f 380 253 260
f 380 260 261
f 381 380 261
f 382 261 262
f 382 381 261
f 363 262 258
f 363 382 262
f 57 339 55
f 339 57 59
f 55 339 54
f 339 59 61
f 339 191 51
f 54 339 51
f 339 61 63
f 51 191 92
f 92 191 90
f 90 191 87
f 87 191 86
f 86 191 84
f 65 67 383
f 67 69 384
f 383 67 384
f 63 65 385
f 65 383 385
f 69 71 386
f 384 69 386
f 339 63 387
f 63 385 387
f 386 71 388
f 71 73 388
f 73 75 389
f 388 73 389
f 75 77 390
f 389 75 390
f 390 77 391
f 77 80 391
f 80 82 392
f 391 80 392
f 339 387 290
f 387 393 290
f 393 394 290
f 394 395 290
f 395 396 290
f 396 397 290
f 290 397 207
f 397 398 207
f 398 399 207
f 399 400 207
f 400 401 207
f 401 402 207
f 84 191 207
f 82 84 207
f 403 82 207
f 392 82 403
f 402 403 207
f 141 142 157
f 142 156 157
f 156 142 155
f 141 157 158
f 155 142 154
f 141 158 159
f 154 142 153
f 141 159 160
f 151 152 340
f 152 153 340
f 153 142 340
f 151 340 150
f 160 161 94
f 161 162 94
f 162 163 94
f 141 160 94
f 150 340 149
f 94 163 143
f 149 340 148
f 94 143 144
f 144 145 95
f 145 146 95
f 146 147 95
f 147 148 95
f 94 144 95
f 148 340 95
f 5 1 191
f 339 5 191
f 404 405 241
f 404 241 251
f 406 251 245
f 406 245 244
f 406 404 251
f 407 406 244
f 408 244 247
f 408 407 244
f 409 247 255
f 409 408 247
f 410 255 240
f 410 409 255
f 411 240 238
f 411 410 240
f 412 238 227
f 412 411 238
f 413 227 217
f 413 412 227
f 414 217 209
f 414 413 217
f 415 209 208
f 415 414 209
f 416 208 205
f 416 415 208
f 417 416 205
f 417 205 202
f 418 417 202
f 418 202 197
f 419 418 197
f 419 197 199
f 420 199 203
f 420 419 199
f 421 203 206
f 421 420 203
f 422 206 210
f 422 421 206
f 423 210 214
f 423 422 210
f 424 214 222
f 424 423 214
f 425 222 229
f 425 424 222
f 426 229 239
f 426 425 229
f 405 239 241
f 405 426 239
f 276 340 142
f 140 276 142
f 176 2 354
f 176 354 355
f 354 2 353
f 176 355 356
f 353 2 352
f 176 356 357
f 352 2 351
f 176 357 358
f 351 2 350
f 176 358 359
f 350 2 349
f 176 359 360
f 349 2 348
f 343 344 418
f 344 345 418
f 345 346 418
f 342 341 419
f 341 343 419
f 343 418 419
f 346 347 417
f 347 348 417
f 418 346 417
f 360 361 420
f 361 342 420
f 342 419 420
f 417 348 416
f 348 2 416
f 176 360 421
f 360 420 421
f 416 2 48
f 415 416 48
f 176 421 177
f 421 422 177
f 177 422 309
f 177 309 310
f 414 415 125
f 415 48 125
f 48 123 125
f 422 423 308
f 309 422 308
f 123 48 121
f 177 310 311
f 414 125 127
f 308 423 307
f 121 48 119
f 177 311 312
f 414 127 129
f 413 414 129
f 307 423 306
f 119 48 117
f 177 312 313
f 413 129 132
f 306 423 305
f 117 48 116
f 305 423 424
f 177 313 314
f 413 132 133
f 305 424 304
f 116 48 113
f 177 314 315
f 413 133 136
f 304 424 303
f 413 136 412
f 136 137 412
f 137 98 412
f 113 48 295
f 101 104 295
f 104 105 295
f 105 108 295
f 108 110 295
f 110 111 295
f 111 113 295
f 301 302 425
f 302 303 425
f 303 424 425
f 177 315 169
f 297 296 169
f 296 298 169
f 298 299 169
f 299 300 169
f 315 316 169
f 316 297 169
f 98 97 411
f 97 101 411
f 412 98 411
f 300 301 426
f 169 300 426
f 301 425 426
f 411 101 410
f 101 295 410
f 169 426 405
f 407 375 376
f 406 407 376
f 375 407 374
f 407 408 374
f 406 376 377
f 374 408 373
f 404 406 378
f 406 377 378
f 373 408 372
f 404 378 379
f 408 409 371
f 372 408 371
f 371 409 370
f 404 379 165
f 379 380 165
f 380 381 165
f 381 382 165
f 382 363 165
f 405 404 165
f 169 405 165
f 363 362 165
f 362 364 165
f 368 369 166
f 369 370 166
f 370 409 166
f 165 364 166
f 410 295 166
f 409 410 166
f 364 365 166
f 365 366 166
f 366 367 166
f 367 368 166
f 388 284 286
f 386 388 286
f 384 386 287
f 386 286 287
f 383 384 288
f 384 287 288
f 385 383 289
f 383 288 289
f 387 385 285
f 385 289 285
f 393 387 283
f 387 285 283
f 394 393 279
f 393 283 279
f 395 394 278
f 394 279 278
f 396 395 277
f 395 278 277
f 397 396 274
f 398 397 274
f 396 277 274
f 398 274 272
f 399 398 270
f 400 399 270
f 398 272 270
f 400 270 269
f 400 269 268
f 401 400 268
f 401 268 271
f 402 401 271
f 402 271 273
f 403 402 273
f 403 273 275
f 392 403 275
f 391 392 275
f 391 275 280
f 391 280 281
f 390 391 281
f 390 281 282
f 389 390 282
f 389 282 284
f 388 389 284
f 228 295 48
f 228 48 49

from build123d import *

------------------------------------------------------------------------

• **TASK PROMPT**
Going down the listing above, begin printing at the line with "f 94 163 143" and finish with the line with "f 425 424 222", exactly as they appear.

• **THE COMPLETED TASK**
f 94 163 143
f 149 340 148
f 94 143 144
f 144 145 95
f 145 146 95
f 146 147 95
f 147 148 95
f 94 144 95
f 148 340 95
f 5 1 191
f 339 5 191
f 404 405 241
f 404 241 251
f 406 251 245
f 406 245 244
f 406 404 251
f 407 406 244
f 408 244 247
f 408 407 244
f 409 247 255
f 409 408 247
f 410 255 240
f 410 409 255
f 411 240 238
f 411 410 240
f 412 238 227
f 412 411 238
f 413 227 217
f 413 412 227
f 414 217 209
f 414 413 217
f 415 209 208
f 415 414 209
f 416 208 205
f 416 415 208
f 417 416 205
f 417 205 202
f 418 417 202
f 418 202 197
f 419 418 197
f 419 197 199
f 420 199 203
f 420 419 199
f 421 203 206
f 421 420 203
f 422 206 210
f 422 421 206
f 423 210 214
f 423 422 210
f 424 214 222
f 424 423 214
f 425 222 229
f 425 424 222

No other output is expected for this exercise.